■ SUPPLIED MATERIAL ■
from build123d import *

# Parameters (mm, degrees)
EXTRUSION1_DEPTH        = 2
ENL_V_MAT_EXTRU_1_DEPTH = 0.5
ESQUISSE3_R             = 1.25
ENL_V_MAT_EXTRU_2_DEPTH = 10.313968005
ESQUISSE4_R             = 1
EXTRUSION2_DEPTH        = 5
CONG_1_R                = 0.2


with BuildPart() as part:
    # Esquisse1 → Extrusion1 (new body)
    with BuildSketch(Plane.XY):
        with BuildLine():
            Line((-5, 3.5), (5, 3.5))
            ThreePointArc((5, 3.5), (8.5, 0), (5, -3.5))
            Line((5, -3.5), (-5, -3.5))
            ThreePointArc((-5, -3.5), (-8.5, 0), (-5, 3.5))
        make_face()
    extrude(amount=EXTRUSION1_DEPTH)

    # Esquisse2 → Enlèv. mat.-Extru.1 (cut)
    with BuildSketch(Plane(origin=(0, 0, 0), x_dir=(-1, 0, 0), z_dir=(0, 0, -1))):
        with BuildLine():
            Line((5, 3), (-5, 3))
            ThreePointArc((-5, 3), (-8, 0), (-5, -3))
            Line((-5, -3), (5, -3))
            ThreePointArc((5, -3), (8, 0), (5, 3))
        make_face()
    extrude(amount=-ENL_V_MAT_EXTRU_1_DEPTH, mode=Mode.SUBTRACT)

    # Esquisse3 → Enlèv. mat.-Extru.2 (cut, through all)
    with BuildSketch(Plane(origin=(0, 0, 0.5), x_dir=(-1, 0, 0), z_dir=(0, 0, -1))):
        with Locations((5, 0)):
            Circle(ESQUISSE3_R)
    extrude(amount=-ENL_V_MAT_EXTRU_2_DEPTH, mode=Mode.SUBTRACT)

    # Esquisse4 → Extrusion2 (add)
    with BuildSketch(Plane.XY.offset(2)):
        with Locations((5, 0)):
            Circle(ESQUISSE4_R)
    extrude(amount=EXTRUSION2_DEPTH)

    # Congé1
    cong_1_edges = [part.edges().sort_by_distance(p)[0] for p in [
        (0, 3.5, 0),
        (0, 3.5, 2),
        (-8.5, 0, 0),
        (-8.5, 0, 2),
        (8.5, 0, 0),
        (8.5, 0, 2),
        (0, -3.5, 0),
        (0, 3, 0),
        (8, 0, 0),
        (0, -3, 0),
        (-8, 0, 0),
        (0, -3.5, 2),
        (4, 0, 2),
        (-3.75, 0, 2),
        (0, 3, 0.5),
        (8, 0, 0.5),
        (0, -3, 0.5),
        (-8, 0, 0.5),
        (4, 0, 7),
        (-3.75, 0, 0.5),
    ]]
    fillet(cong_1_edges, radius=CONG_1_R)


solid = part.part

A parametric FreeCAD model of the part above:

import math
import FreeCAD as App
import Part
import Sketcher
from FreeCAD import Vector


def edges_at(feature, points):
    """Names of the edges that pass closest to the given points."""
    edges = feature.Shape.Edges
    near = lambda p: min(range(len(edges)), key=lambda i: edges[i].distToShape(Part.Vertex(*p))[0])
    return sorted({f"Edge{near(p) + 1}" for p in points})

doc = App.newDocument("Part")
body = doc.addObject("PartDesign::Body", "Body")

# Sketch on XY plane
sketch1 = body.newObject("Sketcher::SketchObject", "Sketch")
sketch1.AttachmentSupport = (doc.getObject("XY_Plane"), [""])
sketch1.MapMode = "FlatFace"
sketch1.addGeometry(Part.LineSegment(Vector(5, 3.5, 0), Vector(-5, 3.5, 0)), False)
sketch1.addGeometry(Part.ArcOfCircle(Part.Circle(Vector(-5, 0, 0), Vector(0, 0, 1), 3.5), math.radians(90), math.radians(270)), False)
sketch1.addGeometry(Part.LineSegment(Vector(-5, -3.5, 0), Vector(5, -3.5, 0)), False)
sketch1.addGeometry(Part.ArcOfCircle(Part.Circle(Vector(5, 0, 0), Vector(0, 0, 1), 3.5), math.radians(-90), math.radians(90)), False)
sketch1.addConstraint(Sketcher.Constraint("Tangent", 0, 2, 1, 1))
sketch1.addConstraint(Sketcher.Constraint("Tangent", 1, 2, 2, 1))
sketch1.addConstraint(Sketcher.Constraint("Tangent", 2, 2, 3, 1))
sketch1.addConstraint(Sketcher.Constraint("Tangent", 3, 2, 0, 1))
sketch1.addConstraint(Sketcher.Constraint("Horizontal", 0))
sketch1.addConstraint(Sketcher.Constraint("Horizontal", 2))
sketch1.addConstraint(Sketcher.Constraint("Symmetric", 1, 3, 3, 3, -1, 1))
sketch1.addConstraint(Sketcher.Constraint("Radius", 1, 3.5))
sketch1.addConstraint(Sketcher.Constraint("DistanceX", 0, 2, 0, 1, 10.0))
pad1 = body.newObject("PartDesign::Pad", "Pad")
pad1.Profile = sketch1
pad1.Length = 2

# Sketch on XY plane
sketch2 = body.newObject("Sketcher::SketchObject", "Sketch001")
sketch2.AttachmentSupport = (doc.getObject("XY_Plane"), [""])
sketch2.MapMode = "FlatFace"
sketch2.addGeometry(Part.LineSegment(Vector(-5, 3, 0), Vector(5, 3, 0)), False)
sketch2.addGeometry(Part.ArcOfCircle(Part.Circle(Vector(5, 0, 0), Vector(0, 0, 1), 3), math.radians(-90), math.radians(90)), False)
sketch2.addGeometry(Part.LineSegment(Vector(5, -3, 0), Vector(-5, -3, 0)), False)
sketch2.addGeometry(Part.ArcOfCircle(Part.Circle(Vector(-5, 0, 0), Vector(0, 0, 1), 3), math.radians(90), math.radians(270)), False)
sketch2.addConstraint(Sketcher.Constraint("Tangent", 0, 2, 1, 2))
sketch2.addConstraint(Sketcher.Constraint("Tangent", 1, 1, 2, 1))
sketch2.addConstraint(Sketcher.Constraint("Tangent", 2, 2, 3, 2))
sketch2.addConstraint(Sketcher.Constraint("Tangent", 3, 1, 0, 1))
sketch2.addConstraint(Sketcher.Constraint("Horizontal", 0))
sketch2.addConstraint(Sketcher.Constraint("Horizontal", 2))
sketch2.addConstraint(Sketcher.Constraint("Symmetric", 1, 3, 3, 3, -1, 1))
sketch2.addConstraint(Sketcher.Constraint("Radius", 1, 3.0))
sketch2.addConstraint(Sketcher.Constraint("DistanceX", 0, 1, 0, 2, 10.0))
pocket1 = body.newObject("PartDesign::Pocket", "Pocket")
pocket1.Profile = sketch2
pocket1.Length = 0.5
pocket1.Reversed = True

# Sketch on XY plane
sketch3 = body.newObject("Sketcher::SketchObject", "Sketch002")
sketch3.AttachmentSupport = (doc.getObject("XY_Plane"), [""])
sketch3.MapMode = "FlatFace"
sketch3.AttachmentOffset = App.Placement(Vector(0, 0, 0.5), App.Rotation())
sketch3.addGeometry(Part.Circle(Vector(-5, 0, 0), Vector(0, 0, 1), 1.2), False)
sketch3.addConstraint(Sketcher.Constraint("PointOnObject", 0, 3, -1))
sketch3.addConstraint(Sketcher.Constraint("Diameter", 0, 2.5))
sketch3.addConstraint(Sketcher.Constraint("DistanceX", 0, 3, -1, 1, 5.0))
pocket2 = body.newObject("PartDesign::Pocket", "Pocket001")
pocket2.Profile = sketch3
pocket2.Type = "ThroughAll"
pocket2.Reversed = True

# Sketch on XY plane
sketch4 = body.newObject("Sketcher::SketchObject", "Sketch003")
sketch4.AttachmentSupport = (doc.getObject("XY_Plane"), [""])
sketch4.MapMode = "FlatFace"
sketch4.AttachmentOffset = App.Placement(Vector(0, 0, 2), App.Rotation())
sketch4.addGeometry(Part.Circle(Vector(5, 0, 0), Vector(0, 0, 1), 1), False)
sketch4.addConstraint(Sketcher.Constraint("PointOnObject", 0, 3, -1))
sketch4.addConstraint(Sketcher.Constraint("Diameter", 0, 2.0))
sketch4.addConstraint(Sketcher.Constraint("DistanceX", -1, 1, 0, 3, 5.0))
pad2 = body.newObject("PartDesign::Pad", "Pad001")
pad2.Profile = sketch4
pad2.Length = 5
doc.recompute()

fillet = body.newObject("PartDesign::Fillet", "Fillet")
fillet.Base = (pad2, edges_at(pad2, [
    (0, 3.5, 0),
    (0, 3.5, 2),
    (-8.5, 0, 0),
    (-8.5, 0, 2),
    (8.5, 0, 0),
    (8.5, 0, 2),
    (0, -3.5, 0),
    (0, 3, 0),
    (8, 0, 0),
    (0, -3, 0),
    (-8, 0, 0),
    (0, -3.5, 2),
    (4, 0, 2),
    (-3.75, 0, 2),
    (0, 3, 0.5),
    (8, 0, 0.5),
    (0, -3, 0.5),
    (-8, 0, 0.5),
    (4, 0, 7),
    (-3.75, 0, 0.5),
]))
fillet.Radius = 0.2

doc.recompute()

■ EXERCISE ■
Which lines of the records contain the word "extrude"? Copy each of them.

■ WRITTEN SOLUTION ■
    extrude(amount=EXTRUSION1_DEPTH)
    extrude(amount=-ENL_V_MAT_EXTRU_1_DEPTH, mode=Mode.SUBTRACT)
    extrude(amount=-ENL_V_MAT_EXTRU_2_DEPTH, mode=Mode.SUBTRACT)
    extrude(amount=EXTRUSION2_DEPTH)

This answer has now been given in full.